Haben Sie Verständnis für die Blankeneser Bürger, die Baumfällarbeiten für die Herrichtung einer Flüchtlingsunterkunft blockiert haben?

Suding: Nein, habe ich nicht. Ich halte die Aktion für rechtsstaatlich bedenklich. Das bedeutet natürlich nicht, dass man den Rechtsweg nicht bemühen darf. Aber ich kann nicht einsehen, warum es in dieser Gegend in meinem Wahlkreis Blankenese nicht möglich sein sollte, 192 Flüchtlinge unterzubringen.

Stimmt es Sie nachdenklich, dass solch ein Widerstand ausgerechnet in einem so wohlhabenden Stadtteil geleistet wird?

Suding: Jedenfalls wundert es mich nicht.

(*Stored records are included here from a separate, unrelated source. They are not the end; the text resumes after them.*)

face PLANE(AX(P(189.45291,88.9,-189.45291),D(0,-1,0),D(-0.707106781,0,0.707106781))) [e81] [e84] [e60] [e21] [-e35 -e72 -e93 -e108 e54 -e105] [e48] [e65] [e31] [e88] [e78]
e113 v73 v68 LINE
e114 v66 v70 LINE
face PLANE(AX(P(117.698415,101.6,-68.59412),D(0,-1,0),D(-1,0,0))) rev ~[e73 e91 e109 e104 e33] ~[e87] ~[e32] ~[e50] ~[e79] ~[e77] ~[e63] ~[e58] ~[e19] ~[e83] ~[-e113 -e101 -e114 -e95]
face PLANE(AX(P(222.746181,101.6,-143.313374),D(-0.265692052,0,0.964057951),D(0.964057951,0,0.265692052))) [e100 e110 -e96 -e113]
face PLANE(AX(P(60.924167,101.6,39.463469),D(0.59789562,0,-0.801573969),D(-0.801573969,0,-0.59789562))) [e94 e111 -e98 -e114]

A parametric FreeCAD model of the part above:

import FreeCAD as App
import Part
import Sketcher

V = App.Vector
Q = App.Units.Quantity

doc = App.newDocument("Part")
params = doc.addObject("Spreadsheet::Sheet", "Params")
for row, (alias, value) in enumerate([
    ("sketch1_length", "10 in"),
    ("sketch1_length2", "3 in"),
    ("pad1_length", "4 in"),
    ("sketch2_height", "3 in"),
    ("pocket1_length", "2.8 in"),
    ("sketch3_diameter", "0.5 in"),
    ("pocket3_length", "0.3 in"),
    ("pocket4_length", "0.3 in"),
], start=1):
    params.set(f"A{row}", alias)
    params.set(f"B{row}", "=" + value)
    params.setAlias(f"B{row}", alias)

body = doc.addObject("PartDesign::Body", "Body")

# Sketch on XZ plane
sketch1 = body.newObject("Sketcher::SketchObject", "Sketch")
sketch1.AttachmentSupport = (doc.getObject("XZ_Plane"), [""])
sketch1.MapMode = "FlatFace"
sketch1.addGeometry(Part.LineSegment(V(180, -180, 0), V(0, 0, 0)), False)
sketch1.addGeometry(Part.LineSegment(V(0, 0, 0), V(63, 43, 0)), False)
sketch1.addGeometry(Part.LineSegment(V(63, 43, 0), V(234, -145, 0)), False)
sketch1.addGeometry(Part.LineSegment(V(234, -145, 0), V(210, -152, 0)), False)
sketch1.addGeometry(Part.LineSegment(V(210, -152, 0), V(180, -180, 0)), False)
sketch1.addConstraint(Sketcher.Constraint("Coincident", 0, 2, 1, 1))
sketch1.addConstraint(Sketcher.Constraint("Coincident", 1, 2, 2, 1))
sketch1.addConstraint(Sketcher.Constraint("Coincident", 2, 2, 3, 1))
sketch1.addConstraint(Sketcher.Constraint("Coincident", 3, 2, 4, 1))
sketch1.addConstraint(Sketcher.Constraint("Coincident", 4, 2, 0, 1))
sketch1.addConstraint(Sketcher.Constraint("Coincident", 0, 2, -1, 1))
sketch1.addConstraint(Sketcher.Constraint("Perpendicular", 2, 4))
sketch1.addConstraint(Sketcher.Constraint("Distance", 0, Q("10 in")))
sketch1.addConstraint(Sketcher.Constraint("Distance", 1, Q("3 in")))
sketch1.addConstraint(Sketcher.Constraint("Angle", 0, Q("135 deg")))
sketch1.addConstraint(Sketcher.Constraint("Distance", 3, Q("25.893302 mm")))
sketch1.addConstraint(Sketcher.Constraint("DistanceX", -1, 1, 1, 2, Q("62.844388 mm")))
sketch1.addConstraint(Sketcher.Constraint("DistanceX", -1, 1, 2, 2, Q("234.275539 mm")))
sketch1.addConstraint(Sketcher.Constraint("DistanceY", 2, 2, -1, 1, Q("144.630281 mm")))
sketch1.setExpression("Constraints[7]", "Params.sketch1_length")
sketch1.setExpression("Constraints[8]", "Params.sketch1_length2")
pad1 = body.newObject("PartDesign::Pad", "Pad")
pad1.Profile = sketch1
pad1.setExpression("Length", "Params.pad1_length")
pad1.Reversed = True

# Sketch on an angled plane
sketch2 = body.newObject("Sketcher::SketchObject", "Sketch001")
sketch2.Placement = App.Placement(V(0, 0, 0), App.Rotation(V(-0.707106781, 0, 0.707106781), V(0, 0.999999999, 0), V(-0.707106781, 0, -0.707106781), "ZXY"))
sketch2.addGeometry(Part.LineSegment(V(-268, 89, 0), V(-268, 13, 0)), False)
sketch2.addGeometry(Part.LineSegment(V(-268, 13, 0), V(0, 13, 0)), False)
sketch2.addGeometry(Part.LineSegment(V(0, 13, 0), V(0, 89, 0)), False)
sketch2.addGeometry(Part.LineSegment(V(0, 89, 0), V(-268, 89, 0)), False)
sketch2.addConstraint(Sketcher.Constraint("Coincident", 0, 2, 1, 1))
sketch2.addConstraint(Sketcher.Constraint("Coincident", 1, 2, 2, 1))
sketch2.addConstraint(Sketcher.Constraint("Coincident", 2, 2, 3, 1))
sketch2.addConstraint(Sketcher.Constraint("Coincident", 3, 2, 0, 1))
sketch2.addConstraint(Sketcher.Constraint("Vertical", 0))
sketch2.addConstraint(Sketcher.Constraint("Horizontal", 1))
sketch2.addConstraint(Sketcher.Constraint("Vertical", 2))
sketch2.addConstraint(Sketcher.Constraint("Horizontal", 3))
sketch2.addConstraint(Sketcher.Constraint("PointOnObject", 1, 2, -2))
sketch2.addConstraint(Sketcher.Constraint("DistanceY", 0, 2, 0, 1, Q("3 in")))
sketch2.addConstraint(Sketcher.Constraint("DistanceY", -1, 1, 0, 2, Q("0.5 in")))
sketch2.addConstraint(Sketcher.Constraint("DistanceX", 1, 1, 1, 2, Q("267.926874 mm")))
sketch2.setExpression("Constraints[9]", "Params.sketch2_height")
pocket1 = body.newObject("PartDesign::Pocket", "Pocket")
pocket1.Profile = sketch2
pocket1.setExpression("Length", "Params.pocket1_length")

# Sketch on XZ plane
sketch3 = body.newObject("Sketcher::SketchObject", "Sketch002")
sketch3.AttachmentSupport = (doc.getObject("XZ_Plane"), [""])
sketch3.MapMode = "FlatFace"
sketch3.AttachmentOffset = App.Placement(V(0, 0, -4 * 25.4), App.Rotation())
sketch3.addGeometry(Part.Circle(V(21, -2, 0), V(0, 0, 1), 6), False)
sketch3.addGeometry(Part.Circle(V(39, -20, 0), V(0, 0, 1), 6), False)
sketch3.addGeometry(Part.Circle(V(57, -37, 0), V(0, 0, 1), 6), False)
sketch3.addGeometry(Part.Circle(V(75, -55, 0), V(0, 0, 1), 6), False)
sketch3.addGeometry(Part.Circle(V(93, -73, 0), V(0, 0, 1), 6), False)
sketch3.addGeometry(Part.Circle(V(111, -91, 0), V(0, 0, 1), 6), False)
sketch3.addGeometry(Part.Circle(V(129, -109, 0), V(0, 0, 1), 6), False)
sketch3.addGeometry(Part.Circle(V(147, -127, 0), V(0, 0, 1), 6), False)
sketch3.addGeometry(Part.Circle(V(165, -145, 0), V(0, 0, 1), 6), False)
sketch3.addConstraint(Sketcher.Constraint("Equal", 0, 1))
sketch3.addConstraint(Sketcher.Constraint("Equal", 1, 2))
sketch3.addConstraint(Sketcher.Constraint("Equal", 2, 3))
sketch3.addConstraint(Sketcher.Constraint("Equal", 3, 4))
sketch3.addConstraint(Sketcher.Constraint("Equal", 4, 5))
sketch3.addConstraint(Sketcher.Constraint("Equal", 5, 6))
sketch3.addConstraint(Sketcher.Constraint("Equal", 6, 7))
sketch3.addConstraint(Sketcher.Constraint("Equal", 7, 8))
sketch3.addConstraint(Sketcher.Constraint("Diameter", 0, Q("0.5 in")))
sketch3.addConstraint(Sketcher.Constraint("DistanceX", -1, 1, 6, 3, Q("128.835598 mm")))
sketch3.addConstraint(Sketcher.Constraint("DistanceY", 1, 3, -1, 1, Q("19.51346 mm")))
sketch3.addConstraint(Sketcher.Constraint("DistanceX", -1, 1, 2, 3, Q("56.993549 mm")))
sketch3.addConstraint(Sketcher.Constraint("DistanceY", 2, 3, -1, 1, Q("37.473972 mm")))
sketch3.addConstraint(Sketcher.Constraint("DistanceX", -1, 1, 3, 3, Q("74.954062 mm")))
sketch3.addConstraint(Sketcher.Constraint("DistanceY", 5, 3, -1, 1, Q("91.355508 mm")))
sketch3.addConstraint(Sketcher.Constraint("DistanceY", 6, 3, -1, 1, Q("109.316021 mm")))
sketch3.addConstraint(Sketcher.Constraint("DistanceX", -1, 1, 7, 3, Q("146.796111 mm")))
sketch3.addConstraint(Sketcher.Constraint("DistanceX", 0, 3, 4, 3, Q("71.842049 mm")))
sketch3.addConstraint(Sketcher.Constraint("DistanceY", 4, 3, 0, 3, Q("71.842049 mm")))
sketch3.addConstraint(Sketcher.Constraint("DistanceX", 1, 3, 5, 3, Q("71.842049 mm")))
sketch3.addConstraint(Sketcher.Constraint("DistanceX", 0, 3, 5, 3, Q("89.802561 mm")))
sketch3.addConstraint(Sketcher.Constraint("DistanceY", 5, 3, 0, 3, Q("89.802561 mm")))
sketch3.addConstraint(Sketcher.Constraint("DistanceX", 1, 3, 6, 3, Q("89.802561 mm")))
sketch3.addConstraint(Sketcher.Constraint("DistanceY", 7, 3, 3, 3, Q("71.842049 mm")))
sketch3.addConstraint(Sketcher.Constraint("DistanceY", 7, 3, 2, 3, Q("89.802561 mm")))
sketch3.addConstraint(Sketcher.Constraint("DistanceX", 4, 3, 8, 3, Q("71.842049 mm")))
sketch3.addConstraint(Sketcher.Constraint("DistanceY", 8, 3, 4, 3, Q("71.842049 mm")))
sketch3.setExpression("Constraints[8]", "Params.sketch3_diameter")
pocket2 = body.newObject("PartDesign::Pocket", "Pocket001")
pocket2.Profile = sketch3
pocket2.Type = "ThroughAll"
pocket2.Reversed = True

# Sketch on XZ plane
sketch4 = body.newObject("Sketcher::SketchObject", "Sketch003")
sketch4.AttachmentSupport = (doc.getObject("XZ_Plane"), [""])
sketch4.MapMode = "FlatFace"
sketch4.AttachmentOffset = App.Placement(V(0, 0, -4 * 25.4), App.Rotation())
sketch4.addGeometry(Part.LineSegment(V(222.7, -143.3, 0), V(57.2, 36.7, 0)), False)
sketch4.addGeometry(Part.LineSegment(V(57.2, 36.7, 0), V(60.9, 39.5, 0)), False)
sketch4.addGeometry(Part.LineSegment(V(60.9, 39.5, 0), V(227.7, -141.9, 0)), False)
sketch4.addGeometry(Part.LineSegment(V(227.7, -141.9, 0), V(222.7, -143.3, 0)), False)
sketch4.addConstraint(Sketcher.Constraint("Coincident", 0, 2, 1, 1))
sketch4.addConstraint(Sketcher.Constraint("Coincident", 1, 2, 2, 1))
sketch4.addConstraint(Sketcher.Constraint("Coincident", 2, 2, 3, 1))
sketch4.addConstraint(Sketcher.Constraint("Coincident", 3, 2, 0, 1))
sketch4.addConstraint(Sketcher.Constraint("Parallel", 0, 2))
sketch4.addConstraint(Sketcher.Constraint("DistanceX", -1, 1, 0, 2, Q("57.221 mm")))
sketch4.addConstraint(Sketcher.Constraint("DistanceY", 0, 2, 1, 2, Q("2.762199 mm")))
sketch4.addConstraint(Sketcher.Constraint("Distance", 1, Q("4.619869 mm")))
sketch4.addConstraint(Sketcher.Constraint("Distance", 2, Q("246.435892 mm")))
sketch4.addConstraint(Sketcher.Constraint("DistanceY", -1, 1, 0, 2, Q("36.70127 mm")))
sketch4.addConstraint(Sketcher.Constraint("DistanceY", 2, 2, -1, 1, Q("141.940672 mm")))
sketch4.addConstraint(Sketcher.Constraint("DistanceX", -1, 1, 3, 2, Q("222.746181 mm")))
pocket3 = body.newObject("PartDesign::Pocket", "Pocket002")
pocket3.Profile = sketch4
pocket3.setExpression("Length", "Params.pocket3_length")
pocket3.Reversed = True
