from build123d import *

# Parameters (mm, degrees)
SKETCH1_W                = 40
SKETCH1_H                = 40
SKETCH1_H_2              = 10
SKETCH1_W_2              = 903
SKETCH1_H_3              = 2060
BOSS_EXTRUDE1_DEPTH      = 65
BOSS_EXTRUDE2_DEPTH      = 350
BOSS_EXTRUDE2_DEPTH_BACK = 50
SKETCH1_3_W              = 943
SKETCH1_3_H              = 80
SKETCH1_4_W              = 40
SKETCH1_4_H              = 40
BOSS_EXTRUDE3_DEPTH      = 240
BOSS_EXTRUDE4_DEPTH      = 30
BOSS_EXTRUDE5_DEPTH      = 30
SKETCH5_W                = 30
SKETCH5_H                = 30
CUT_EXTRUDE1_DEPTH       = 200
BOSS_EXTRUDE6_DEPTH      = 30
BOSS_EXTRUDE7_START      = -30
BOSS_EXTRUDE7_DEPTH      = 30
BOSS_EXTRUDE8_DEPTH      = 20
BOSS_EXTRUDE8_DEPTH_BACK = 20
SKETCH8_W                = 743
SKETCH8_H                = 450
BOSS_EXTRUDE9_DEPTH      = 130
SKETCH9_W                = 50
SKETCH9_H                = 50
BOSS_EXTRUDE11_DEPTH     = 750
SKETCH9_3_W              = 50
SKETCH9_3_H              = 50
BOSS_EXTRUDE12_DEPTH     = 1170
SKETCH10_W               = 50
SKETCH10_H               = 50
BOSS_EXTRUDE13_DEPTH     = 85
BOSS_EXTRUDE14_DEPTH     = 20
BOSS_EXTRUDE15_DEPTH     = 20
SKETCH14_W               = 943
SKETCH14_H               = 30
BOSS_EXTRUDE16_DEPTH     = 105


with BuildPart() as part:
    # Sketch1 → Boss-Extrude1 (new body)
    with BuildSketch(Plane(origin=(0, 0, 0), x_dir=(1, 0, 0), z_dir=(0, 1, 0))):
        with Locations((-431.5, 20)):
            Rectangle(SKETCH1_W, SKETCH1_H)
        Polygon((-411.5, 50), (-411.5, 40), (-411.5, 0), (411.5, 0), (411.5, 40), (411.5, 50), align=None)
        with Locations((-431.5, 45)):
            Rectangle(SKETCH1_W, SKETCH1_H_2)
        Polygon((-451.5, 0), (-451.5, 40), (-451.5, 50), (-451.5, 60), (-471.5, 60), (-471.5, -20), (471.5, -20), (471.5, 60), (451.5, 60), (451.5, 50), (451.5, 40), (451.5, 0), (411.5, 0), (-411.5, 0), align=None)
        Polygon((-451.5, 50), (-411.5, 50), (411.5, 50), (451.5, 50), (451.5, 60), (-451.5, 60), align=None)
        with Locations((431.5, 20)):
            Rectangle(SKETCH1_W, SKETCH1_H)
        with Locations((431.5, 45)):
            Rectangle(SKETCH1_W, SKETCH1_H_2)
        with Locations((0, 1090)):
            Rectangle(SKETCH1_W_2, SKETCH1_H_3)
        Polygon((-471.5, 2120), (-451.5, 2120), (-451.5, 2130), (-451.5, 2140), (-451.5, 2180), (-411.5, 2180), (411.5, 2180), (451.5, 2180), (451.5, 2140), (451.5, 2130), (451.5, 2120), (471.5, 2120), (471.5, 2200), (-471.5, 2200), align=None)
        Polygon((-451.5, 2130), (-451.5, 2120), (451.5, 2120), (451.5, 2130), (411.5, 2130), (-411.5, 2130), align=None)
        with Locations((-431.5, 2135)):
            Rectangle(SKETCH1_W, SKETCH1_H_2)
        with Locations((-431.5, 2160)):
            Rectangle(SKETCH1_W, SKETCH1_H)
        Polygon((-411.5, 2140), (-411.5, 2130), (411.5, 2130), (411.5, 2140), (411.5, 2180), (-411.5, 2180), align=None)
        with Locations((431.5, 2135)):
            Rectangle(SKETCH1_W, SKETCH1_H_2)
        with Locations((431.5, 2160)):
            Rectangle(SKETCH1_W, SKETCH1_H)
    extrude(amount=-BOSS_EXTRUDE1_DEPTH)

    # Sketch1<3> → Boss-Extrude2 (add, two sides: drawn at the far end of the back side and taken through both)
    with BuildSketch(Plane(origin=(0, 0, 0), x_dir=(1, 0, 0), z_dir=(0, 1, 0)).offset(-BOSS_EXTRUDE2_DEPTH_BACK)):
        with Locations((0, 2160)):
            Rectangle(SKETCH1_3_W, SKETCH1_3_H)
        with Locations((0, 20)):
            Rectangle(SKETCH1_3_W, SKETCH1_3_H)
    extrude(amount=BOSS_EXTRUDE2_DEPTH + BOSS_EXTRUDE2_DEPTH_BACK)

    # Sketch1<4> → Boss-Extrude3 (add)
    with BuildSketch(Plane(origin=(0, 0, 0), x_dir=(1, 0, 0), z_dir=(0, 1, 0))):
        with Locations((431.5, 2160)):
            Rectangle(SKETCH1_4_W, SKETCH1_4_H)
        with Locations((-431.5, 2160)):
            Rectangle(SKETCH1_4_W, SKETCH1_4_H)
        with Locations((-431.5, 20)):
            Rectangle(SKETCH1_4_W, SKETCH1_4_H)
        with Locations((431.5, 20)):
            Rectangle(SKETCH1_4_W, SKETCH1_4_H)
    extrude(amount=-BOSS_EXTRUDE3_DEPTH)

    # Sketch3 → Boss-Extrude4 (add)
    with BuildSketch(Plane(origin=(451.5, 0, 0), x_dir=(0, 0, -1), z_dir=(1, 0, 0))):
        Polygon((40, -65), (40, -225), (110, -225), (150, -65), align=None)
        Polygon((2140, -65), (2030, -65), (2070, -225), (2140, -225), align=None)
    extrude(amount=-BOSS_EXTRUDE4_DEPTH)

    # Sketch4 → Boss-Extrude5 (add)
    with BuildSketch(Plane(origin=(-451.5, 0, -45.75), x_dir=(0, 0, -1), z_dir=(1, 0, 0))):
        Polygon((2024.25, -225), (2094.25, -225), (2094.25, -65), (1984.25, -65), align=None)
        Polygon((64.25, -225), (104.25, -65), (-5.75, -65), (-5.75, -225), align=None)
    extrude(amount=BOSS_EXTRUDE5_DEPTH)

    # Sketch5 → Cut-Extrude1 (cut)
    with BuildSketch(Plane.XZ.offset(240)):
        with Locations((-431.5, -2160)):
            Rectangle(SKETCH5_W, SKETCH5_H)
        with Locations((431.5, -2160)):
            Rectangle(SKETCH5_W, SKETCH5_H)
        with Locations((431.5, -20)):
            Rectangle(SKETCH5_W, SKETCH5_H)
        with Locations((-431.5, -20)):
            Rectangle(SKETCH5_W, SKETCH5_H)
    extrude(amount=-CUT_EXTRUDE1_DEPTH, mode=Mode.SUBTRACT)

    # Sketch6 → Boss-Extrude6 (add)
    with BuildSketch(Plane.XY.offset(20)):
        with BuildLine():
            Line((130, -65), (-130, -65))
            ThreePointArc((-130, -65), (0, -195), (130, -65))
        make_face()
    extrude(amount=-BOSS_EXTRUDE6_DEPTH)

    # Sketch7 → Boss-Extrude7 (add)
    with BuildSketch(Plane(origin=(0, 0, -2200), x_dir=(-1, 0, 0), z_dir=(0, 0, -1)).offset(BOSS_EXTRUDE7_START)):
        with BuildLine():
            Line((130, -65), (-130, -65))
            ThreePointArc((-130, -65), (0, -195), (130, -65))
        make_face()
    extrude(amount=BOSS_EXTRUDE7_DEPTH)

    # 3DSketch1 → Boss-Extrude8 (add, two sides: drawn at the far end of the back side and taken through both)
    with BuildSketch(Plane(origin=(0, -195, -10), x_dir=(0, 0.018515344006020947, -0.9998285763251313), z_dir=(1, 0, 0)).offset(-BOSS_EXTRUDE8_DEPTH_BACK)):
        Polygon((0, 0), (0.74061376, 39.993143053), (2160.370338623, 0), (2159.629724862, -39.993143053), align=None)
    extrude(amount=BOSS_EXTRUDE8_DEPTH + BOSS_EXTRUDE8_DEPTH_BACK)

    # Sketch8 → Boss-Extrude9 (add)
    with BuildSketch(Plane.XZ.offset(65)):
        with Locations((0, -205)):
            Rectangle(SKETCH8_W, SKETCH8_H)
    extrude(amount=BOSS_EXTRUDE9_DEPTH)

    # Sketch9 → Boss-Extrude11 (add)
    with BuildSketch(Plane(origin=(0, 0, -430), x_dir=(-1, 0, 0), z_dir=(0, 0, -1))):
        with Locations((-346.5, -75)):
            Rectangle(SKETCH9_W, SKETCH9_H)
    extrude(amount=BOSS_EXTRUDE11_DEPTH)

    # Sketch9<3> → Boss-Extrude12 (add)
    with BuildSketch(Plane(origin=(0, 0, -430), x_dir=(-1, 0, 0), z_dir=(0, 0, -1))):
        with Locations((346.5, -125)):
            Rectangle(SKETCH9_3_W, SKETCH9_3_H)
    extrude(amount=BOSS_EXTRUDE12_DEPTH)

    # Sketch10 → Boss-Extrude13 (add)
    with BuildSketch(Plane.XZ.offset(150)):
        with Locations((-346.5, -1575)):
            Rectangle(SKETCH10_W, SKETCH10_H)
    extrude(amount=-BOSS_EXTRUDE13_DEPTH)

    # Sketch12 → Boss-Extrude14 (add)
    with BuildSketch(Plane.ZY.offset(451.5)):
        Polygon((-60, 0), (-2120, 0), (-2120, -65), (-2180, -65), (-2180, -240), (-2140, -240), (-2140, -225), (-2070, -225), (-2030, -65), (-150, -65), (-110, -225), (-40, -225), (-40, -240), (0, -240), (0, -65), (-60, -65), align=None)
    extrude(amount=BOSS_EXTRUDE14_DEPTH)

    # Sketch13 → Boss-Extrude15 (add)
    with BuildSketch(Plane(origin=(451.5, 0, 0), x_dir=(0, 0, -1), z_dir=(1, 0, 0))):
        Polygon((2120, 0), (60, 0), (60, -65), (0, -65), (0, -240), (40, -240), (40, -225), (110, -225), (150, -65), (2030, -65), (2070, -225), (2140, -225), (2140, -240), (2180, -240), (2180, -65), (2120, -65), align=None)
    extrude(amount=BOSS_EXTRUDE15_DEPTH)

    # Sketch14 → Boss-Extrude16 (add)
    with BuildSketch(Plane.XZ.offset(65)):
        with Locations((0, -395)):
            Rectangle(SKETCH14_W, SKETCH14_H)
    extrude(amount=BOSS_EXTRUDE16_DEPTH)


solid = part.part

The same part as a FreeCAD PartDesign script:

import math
import FreeCAD as App
import Part
import Sketcher
from FreeCAD import Vector


def add_polygon(sketch, points):
    """Adds a closed chain of lines whose ends are joined by coincident constraints."""
    first, n = sketch.GeometryCount, len(points)
    for a, b in zip(points, points[1:] + points[:1]):
        sketch.addGeometry(Part.LineSegment(App.Vector(*a, 0), App.Vector(*b, 0)), False)
    for i in range(n):
        sketch.addConstraint(Sketcher.Constraint("Coincident", first + i, 2, first + (i + 1) % n, 1))

doc = App.newDocument("Part")
params = doc.addObject("Spreadsheet::Sheet", "Params")
for row, (alias, value) in enumerate([
    ("sketch1_width", "943 mm"),
    ("sketch1_width2", "20 mm"),
    ("sketch1_height", "80 mm"),
    ("sketch1_height2", "2060 mm"),
    ("pad1_length", "65 mm"),
    ("sketch2_width", "943 mm"),
    ("sketch2_height", "80 mm"),
    ("pad2_length", "350 mm"),
    ("pad2_length2", "50 mm"),
    ("sketch3_width", "40 mm"),
    ("pad3_length", "240 mm"),
    ("sketch4_width", "160 mm"),
    ("sketch4_height", "70 mm"),
    ("sketch4_height2", "110 mm"),
    ("pad4_length", "30 mm"),
    ("sketch5_width", "160 mm"),
    ("sketch5_height", "70 mm"),
    ("sketch5_height2", "110 mm"),
    ("pad5_length", "30 mm"),
    ("sketch6_width", "30 mm"),
    ("pocket1_length", "200 mm"),
    ("sketch7_radius", "130 mm"),
    ("pad6_length", "30 mm"),
    ("sketch8_radius", "130 mm"),
    ("pad7_length", "30 mm"),
    ("sketch9_width", "40 mm"),
    ("sketch9_height", "2159.999999 mm"),
    ("pad8_length", "20 mm"),
    ("pad8_length2", "20 mm"),
    ("sketch10_width", "743 mm"),
    ("sketch10_height", "450 mm"),
    ("pad9_length", "130 mm"),
    ("sketch11_width", "50 mm"),
    ("pad10_length", "750 mm"),
    ("sketch12_width", "50 mm"),
    ("pad11_length", "1170 mm"),
    ("sketch13_width", "50 mm"),
    ("pad12_length", "85 mm"),
    ("sketch14_width", "65 mm"),
    ("sketch14_width2", "175 mm"),
    ("sketch14_width3", "15 mm"),
    ("sketch14_height", "2060 mm"),
    ("sketch14_height2", "60 mm"),
    ("pad13_length", "20 mm"),
    ("sketch15_width", "65 mm"),
    ("sketch15_width2", "175 mm"),
    ("sketch15_width3", "15 mm"),
    ("sketch15_height", "2060 mm"),
    ("sketch15_height2", "60 mm"),
    ("pad14_length", "20 mm"),
    ("sketch16_width", "943 mm"),
    ("sketch16_height", "30 mm"),
    ("pad15_length", "105 mm"),
], start=1):
    params.set(f"A{row}", alias)
    params.set(f"B{row}", "=" + value)
    params.setAlias(f"B{row}", alias)

body = doc.addObject("PartDesign::Body", "Body")

sketch1 = doc.addObject("Sketcher::SketchObject", "Sketch")
body.addObject(sketch1)
sketch1.AttachmentSupport = (doc.XZ_Plane, [""])
sketch1.MapMode = "FlatFace"
add_polygon(sketch1, [(-472, -60), (-472, 20), (472, 20), (472, -60), (452, -60), (452, -2120), (472, -2120), (472, -2200), (-472, -2200), (-472, -2120), (-452, -2120), (-452, -60)])
sketch1.addConstraint(Sketcher.Constraint("Vertical", 0))
sketch1.addConstraint(Sketcher.Constraint("Horizontal", 1))
sketch1.addConstraint(Sketcher.Constraint("Vertical", 2))
sketch1.addConstraint(Sketcher.Constraint("Horizontal", 3))
sketch1.addConstraint(Sketcher.Constraint("Vertical", 4))
sketch1.addConstraint(Sketcher.Constraint("Horizontal", 5))
sketch1.addConstraint(Sketcher.Constraint("Vertical", 6))
sketch1.addConstraint(Sketcher.Constraint("Horizontal", 7))
sketch1.addConstraint(Sketcher.Constraint("Vertical", 8))
sketch1.addConstraint(Sketcher.Constraint("Horizontal", 9))
sketch1.addConstraint(Sketcher.Constraint("Vertical", 10))
sketch1.addConstraint(Sketcher.Constraint("Horizontal", 11))
sketch1.addConstraint(Sketcher.Constraint("Symmetric", 5, 2, 8, 2, -2))
sketch1.addConstraint(Sketcher.Constraint("Symmetric", 3, 2, 10, 2, -2))
sketch1.addConstraint(Sketcher.Constraint("Vertical", 2, 2, 5, 2))
sketch1.addConstraint(Sketcher.Constraint("Vertical", 0, 2, 7, 2))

Einmal abgesehen von der nicht zu tolerierenden Blockade: In Blankenese gibt es eher Menschen, die das Potenzial, das Know-how und vielleicht auch die finanziellen Mittel haben, sich in so einer Frage zu engagieren, als etwa in Billbrook. Aber es ist ja keinesfalls so, das ist mir sehr wichtig, dass alle Blankeneser gegen die Flüchtlingsunterkunft sind. Ganz im Gegenteil.